§ **DATA TO PROCESS**
######

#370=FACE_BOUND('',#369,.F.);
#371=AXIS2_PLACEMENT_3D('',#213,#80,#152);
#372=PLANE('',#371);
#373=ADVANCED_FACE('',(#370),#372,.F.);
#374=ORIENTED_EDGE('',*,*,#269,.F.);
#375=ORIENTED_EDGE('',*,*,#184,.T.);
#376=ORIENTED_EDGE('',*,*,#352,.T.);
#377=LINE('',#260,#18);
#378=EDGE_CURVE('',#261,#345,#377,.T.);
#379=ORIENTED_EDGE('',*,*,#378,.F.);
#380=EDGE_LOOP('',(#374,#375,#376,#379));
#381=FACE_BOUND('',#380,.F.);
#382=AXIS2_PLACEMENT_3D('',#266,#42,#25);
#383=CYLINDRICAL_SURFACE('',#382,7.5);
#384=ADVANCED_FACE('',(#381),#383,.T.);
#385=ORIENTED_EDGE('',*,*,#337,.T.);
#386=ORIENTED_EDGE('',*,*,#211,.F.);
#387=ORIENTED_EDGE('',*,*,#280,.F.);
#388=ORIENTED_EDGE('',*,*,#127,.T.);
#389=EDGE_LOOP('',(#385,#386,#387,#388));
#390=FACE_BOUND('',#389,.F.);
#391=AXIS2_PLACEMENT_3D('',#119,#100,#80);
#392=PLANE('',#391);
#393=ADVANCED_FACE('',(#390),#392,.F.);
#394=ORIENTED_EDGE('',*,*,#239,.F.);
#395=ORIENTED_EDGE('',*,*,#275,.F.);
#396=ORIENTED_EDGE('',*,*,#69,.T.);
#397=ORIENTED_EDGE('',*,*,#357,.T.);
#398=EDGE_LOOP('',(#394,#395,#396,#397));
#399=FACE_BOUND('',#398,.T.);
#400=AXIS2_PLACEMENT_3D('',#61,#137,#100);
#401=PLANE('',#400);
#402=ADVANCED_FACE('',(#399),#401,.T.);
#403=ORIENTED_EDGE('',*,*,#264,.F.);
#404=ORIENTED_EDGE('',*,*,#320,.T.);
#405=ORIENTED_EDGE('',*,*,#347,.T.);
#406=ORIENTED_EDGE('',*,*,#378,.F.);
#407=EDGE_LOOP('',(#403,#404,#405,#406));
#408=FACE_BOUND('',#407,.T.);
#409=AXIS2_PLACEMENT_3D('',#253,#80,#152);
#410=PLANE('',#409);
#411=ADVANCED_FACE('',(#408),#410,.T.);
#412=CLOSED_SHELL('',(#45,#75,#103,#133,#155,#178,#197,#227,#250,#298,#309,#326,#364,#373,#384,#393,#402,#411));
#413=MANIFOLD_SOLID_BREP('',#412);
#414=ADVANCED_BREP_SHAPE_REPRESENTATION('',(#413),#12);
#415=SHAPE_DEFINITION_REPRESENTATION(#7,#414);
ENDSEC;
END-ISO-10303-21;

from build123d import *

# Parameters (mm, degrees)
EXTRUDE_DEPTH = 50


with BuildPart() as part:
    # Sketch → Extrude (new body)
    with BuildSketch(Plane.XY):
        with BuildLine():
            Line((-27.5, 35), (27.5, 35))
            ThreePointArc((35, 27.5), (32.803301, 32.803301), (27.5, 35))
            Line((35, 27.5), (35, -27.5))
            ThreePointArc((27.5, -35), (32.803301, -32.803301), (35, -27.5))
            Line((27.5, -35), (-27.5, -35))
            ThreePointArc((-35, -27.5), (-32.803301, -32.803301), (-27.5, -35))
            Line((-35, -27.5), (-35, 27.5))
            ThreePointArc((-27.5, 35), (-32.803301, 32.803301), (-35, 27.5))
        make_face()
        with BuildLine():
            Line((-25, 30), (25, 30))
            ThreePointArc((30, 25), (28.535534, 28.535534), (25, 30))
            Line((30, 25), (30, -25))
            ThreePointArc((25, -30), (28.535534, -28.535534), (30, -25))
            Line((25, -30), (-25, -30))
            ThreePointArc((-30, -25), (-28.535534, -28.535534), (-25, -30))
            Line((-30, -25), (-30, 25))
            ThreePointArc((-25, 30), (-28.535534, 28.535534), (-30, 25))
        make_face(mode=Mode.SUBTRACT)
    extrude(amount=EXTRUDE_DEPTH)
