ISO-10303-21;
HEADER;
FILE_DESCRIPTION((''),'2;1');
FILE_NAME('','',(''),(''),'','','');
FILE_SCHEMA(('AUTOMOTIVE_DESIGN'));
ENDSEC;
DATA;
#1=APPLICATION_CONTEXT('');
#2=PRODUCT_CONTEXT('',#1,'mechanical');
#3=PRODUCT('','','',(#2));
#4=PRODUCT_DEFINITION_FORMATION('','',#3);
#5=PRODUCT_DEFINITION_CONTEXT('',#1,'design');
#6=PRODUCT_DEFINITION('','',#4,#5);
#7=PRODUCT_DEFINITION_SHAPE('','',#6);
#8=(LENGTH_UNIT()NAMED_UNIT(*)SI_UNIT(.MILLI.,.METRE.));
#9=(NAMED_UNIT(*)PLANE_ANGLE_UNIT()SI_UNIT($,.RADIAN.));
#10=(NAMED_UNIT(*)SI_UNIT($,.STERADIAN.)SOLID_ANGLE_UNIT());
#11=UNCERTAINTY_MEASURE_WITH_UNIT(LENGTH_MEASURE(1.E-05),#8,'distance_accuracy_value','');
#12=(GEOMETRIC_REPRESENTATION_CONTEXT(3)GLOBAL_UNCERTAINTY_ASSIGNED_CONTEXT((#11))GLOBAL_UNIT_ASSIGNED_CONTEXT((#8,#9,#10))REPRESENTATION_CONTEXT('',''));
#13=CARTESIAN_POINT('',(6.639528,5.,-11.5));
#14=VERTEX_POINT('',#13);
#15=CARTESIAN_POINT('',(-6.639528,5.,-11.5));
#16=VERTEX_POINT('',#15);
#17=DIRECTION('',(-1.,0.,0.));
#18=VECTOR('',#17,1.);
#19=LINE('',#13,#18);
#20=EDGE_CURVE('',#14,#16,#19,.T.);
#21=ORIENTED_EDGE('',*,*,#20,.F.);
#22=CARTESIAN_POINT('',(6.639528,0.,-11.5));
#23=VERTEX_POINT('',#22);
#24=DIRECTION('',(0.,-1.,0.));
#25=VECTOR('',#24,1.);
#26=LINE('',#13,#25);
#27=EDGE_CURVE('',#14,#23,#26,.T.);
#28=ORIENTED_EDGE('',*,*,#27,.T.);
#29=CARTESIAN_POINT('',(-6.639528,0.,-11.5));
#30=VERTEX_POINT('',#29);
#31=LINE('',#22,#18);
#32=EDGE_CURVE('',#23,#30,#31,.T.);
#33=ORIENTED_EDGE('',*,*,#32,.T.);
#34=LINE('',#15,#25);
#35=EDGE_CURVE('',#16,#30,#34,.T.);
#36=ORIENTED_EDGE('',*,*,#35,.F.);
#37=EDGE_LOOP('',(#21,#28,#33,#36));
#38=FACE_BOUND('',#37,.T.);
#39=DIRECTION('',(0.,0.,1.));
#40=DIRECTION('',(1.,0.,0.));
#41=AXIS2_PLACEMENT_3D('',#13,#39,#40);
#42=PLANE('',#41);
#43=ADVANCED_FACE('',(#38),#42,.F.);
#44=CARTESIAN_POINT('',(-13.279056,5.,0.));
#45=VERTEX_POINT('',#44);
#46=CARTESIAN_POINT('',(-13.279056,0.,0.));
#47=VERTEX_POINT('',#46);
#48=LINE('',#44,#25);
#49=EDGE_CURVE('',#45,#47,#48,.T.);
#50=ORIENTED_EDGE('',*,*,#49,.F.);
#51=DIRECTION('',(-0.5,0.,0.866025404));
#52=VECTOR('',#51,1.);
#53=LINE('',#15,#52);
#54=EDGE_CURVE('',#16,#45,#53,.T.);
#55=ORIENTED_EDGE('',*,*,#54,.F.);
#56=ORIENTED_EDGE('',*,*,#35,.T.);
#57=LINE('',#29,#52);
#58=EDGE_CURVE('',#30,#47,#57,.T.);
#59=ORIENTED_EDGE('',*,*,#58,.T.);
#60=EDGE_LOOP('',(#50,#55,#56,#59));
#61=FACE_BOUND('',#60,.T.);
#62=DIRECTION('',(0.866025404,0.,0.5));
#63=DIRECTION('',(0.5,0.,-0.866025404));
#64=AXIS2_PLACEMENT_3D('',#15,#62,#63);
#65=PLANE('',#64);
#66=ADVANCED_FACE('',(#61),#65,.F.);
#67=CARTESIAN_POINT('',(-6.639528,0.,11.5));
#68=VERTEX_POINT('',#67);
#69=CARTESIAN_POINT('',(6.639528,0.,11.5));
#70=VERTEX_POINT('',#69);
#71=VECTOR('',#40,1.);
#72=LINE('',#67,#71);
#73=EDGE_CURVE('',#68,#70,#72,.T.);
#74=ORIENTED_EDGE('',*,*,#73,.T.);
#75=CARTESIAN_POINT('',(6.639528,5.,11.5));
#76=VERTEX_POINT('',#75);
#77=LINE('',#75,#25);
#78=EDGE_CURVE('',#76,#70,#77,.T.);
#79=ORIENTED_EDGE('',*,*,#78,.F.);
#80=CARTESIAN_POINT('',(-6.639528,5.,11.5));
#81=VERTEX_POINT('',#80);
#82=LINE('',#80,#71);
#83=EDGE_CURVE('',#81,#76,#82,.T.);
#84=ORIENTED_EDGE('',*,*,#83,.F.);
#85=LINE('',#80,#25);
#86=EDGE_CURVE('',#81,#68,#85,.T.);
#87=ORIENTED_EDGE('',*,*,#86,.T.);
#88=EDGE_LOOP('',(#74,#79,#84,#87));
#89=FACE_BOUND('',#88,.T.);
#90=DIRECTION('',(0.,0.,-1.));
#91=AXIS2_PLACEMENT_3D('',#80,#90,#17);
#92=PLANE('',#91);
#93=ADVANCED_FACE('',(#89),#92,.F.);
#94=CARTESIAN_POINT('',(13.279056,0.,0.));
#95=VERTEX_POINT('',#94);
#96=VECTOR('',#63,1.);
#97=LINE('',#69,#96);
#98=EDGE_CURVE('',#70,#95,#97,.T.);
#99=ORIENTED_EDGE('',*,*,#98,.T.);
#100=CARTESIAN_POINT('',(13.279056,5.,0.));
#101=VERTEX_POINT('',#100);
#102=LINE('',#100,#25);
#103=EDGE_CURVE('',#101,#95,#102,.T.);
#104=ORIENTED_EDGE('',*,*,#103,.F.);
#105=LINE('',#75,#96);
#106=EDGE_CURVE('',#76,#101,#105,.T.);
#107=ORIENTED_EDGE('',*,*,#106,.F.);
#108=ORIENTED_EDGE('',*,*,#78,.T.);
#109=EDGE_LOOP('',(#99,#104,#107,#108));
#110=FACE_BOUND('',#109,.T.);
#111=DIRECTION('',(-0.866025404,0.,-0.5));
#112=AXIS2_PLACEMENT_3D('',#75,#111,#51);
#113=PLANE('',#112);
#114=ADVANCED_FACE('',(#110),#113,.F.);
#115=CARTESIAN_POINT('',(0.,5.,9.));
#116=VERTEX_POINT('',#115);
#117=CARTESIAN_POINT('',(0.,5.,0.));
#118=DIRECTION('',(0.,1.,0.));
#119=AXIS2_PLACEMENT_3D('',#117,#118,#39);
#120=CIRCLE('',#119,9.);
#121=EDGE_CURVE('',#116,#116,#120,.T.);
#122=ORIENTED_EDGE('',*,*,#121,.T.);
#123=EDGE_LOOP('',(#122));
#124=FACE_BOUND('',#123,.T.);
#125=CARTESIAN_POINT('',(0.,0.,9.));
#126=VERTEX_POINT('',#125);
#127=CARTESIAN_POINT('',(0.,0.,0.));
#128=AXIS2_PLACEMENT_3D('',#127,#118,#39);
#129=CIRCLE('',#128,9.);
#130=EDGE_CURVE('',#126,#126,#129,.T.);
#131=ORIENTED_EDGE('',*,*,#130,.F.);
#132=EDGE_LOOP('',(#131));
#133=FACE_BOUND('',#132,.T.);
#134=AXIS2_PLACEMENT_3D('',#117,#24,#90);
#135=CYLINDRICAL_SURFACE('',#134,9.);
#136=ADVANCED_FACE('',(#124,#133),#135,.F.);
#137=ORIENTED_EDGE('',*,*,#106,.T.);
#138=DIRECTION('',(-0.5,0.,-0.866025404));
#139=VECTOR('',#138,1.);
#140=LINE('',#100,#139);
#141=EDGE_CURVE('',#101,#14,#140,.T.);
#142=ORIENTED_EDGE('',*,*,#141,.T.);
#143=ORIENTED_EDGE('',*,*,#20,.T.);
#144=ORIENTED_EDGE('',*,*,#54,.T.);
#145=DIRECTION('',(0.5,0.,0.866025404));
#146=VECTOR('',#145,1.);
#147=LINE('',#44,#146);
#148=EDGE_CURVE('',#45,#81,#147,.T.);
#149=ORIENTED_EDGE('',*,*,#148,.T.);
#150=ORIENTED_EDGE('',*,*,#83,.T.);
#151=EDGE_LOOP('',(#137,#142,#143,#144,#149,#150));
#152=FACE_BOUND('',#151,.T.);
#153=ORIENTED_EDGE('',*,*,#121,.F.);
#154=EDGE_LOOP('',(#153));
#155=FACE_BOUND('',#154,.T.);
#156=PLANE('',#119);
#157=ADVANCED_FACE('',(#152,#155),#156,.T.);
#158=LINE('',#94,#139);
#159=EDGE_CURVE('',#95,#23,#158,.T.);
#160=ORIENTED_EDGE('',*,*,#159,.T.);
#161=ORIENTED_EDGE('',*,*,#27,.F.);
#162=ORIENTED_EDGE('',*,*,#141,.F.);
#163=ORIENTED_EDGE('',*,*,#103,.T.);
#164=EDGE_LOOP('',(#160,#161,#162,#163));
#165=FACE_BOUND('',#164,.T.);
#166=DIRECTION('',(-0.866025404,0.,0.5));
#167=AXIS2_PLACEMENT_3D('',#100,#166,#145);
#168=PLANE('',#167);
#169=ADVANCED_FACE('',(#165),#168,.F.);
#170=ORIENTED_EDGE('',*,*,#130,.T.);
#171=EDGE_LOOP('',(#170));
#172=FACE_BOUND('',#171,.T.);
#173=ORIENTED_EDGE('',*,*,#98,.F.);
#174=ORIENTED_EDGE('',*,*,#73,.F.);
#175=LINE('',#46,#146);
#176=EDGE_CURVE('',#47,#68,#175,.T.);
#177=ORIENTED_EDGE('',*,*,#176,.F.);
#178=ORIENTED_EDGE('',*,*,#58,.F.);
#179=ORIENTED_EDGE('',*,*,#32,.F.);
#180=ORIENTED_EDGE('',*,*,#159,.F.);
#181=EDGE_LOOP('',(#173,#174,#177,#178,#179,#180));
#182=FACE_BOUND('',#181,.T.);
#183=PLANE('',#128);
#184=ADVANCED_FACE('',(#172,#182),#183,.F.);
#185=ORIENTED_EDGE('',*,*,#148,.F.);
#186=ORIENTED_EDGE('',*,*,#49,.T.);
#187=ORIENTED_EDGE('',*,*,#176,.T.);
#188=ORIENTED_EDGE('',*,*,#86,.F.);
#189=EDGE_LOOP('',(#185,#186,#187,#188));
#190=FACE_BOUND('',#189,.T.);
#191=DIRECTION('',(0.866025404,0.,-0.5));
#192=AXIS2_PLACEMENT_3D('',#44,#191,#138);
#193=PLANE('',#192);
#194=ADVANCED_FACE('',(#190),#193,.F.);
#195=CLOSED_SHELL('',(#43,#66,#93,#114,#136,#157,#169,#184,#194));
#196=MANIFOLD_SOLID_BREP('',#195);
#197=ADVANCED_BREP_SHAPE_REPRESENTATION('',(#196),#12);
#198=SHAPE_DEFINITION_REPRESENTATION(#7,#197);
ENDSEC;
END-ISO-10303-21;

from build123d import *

# Parameters (mm, degrees)
SKETCH1_R           = 9
BOSS_EXTRUDE1_DEPTH = 5


with BuildPart() as part:
    # Sketch1 → Boss-Extrude1 (new body)
    with BuildSketch(Plane(origin=(0, 0, 0), x_dir=(1, 0, 0), z_dir=(0, 1, 0))):
        Polygon((13.279056191, 0), (6.639528096, 11.5), (-6.639528096, 11.5), (-13.279056191, 0), (-6.639528096, -11.5), (6.639528096, -11.5), align=None)
        Circle(SKETCH1_R, mode=Mode.SUBTRACT)
    extrude(amount=BOSS_EXTRUDE1_DEPTH)


solid = part.part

######

§ **DIRECTIONS**
Starting at the line that has "#113=PLANE('',#112);" and ending at the line that has "#156=PLANE('',#119);", please write out the lines above exactly, leaving out all others.

§ **SOLUTION TO THE EXERCISE**
#113=PLANE('',#112);
#114=ADVANCED_FACE('',(#110),#113,.F.);
#115=CARTESIAN_POINT('',(0.,5.,9.));
#116=VERTEX_POINT('',#115);
#117=CARTESIAN_POINT('',(0.,5.,0.));
#118=DIRECTION('',(0.,1.,0.));
#119=AXIS2_PLACEMENT_3D('',#117,#118,#39);
#120=CIRCLE('',#119,9.);
#121=EDGE_CURVE('',#116,#116,#120,.T.);
#122=ORIENTED_EDGE('',*,*,#121,.T.);
#123=EDGE_LOOP('',(#122));
#124=FACE_BOUND('',#123,.T.);
#125=CARTESIAN_POINT('',(0.,0.,9.));
#126=VERTEX_POINT('',#125);
#127=CARTESIAN_POINT('',(0.,0.,0.));
#128=AXIS2_PLACEMENT_3D('',#127,#118,#39);
#129=CIRCLE('',#128,9.);
#130=EDGE_CURVE('',#126,#126,#129,.T.);
#131=ORIENTED_EDGE('',*,*,#130,.F.);
#132=EDGE_LOOP('',(#131));
#133=FACE_BOUND('',#132,.T.);
#134=AXIS2_PLACEMENT_3D('',#117,#24,#90);
#135=CYLINDRICAL_SURFACE('',#134,9.);
#136=ADVANCED_FACE('',(#124,#133),#135,.F.);
#137=ORIENTED_EDGE('',*,*,#106,.T.);
#138=DIRECTION('',(-0.5,0.,-0.866025404));
#139=VECTOR('',#138,1.);
#140=LINE('',#100,#139);
#141=EDGE_CURVE('',#101,#14,#140,.T.);
#142=ORIENTED_EDGE('',*,*,#141,.T.);
#143=ORIENTED_EDGE('',*,*,#20,.T.);
#144=ORIENTED_EDGE('',*,*,#54,.T.);
#145=DIRECTION('',(0.5,0.,0.866025404));
#146=VECTOR('',#145,1.);
#147=LINE('',#44,#146);
#148=EDGE_CURVE('',#45,#81,#147,.T.);
#149=ORIENTED_EDGE('',*,*,#148,.T.);
#150=ORIENTED_EDGE('',*,*,#83,.T.);
#151=EDGE_LOOP('',(#137,#142,#143,#144,#149,#150));
#152=FACE_BOUND('',#151,.T.);
#153=ORIENTED_EDGE('',*,*,#121,.F.);
#154=EDGE_LOOP('',(#153));
#155=FACE_BOUND('',#154,.T.);
#156=PLANE('',#119);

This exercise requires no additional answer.